(Saved data entries)
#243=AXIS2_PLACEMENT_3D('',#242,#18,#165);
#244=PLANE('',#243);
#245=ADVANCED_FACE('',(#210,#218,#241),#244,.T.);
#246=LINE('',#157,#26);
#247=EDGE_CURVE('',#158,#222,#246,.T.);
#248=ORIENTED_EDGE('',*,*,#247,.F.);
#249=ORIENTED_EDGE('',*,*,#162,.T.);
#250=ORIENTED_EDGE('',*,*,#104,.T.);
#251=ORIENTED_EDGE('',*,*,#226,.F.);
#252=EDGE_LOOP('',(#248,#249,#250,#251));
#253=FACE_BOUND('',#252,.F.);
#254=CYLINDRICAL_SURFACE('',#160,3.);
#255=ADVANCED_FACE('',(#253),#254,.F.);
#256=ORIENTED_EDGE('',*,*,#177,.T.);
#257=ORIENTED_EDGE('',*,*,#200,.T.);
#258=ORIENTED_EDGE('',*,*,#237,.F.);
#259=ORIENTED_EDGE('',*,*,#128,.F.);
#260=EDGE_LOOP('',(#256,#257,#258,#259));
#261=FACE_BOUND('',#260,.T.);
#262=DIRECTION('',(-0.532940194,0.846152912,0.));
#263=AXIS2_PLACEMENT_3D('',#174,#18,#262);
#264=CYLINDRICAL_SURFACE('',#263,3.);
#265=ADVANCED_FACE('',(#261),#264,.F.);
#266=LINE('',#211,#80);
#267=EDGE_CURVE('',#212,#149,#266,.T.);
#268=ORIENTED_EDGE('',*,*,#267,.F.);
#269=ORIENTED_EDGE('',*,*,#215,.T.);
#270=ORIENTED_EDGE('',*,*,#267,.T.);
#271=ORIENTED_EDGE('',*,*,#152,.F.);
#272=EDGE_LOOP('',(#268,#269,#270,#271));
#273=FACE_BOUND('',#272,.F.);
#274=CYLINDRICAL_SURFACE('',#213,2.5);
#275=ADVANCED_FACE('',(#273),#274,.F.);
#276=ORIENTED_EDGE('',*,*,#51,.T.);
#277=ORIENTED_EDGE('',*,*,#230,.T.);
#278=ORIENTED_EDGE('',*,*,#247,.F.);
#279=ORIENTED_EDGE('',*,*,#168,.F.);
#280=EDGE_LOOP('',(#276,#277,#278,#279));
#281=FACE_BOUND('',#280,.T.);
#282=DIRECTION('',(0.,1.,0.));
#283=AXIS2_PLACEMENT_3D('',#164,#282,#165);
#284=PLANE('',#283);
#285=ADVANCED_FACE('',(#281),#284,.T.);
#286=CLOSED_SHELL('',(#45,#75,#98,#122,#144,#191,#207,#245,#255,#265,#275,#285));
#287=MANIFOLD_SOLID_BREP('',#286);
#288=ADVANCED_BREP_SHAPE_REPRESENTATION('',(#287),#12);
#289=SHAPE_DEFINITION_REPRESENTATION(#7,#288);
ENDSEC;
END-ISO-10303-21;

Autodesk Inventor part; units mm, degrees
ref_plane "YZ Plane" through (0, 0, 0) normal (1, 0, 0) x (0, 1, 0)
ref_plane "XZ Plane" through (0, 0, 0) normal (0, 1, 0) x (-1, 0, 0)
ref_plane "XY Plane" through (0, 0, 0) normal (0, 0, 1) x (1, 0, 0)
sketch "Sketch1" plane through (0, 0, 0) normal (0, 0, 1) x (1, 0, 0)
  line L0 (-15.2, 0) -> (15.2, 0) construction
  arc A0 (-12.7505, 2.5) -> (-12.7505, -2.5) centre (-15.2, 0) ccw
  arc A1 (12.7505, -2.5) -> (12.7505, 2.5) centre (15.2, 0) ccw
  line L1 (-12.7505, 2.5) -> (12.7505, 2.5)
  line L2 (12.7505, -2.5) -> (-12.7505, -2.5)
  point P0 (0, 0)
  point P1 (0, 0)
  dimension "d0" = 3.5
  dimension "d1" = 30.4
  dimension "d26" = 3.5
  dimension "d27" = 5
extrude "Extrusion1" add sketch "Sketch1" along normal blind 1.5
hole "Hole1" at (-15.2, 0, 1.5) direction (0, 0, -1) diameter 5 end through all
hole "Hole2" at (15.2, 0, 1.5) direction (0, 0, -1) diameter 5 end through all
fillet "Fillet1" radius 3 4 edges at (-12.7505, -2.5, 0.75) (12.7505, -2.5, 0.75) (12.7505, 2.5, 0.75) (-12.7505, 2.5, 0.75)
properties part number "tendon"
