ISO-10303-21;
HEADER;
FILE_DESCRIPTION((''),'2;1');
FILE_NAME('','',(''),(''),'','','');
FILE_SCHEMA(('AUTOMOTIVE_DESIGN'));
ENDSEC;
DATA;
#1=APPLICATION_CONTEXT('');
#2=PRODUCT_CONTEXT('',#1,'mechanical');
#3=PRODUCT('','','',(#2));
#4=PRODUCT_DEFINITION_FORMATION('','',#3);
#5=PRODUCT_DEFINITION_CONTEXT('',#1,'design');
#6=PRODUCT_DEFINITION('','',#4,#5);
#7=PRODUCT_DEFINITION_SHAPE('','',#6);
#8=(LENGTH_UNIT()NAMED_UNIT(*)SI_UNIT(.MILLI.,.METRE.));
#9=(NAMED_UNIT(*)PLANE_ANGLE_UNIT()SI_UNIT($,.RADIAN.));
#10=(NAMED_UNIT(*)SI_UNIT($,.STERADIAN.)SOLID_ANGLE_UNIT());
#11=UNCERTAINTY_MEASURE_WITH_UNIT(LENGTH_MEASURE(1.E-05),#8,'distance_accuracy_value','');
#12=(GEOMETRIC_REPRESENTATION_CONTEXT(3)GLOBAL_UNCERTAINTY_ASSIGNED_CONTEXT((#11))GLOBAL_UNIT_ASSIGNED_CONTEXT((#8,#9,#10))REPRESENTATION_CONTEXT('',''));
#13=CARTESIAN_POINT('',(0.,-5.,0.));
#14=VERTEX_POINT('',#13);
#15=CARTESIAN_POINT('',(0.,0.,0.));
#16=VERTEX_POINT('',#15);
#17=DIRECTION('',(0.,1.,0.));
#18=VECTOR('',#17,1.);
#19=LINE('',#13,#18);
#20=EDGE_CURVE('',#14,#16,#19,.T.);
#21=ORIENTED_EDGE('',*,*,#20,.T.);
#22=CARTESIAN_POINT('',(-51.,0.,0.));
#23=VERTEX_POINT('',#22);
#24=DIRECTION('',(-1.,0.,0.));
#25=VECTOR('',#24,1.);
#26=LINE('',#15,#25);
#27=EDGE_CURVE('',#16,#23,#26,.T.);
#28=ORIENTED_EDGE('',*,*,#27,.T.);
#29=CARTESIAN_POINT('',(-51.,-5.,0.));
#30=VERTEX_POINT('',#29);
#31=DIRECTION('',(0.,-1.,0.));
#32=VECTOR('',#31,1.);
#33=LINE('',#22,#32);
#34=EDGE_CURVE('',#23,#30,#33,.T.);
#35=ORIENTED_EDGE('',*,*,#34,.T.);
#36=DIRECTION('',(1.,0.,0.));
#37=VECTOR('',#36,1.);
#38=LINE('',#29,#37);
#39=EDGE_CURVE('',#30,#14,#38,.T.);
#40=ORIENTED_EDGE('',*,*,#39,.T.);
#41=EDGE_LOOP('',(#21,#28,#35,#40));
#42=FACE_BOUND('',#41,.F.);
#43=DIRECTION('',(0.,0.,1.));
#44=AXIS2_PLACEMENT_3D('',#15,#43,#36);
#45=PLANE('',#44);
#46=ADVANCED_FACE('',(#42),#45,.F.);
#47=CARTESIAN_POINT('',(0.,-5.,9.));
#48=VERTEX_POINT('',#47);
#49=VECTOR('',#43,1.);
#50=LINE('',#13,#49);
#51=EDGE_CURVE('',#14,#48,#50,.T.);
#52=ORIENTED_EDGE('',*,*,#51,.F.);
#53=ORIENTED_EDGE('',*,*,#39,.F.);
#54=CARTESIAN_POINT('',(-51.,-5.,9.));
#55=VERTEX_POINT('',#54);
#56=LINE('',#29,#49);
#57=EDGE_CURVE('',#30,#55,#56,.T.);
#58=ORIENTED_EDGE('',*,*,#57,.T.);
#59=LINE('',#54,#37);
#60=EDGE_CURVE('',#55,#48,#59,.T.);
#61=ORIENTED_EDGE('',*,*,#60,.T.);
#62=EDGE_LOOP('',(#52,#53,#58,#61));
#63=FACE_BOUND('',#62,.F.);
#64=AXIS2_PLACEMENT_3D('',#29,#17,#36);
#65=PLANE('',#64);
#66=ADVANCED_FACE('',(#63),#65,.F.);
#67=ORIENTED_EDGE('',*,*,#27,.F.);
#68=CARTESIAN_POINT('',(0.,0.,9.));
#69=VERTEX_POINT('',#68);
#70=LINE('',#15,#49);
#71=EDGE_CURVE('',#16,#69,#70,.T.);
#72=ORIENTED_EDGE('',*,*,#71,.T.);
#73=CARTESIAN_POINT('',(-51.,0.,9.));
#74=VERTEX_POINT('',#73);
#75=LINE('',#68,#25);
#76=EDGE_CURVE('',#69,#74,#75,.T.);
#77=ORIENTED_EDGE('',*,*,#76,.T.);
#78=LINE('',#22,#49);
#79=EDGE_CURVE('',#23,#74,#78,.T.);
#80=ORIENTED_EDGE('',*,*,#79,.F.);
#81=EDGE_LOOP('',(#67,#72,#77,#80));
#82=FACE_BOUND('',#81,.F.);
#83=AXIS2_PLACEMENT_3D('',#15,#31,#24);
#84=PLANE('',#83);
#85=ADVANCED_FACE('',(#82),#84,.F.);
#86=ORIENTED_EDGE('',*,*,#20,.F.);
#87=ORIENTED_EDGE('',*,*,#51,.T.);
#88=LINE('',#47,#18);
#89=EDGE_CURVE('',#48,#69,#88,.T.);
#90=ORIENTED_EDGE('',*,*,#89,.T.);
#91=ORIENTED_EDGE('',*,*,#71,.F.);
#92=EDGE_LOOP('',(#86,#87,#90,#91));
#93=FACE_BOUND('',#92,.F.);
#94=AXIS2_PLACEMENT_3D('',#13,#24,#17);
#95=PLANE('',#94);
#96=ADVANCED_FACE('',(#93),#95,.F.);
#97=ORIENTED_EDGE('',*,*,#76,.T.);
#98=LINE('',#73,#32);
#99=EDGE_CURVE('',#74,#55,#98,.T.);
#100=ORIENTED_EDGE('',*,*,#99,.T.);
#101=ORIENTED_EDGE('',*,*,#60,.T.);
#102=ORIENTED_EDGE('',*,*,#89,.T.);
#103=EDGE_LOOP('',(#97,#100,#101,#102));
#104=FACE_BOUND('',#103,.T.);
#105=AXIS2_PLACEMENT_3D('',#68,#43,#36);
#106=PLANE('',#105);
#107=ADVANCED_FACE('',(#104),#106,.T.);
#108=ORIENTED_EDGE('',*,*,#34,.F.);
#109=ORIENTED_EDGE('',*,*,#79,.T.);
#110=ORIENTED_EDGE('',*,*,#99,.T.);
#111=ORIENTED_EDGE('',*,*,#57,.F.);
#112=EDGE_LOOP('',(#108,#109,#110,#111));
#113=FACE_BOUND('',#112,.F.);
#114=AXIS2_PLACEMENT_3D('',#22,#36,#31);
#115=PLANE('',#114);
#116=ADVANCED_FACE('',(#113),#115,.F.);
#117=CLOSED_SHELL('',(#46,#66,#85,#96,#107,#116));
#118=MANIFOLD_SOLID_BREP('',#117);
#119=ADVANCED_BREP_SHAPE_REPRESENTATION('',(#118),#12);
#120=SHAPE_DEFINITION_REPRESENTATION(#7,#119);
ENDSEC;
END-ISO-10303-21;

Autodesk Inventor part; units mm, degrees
ref_plane "YZ Plane" through (0, 0, 0) normal (1, 0, 0) x (0, 1, 0)
ref_plane "XZ Plane" through (0, 0, 0) normal (0, 1, 0) x (-1, 0, 0)
ref_plane "XY Plane" through (0, 0, 0) normal (0, 0, 1) x (1, 0, 0)
sketch "Sketch1" plane through (0, 0, 0) normal (0, 0, 1) x (1, 0, 0)
  line L0 (0, 0) -> (-51, 0)
  line L1 (-51, 0) -> (-51, -5)
  line L2 (-51, -5) -> (0, -5)
  line L3 (0, -5) -> (0, 0)
  dimension "d0" = 51
  dimension "d1" = 5
extrude "Extrusion1" add sketch "Sketch1" along normal blind 9
properties part number "R006"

» **WHAT THE TASK REQUIRES**
What are the lines, exactly as written above, from the line with "#35=ORIENTED_EDGE('',*,*,#34,.T.);" to the line with "#51=EDGE_CURVE('',#14,#48,#50,.T.);", both included? Output only those.

» **RESPONSE AREA**
#35=ORIENTED_EDGE('',*,*,#34,.T.);
#36=DIRECTION('',(1.,0.,0.));
#37=VECTOR('',#36,1.);
#38=LINE('',#29,#37);
#39=EDGE_CURVE('',#30,#14,#38,.T.);
#40=ORIENTED_EDGE('',*,*,#39,.T.);
#41=EDGE_LOOP('',(#21,#28,#35,#40));
#42=FACE_BOUND('',#41,.F.);
#43=DIRECTION('',(0.,0.,1.));
#44=AXIS2_PLACEMENT_3D('',#15,#43,#36);
#45=PLANE('',#44);
#46=ADVANCED_FACE('',(#42),#45,.F.);
#47=CARTESIAN_POINT('',(0.,-5.,9.));
#48=VERTEX_POINT('',#47);
#49=VECTOR('',#43,1.);
#50=LINE('',#13,#49);
#51=EDGE_CURVE('',#14,#48,#50,.T.);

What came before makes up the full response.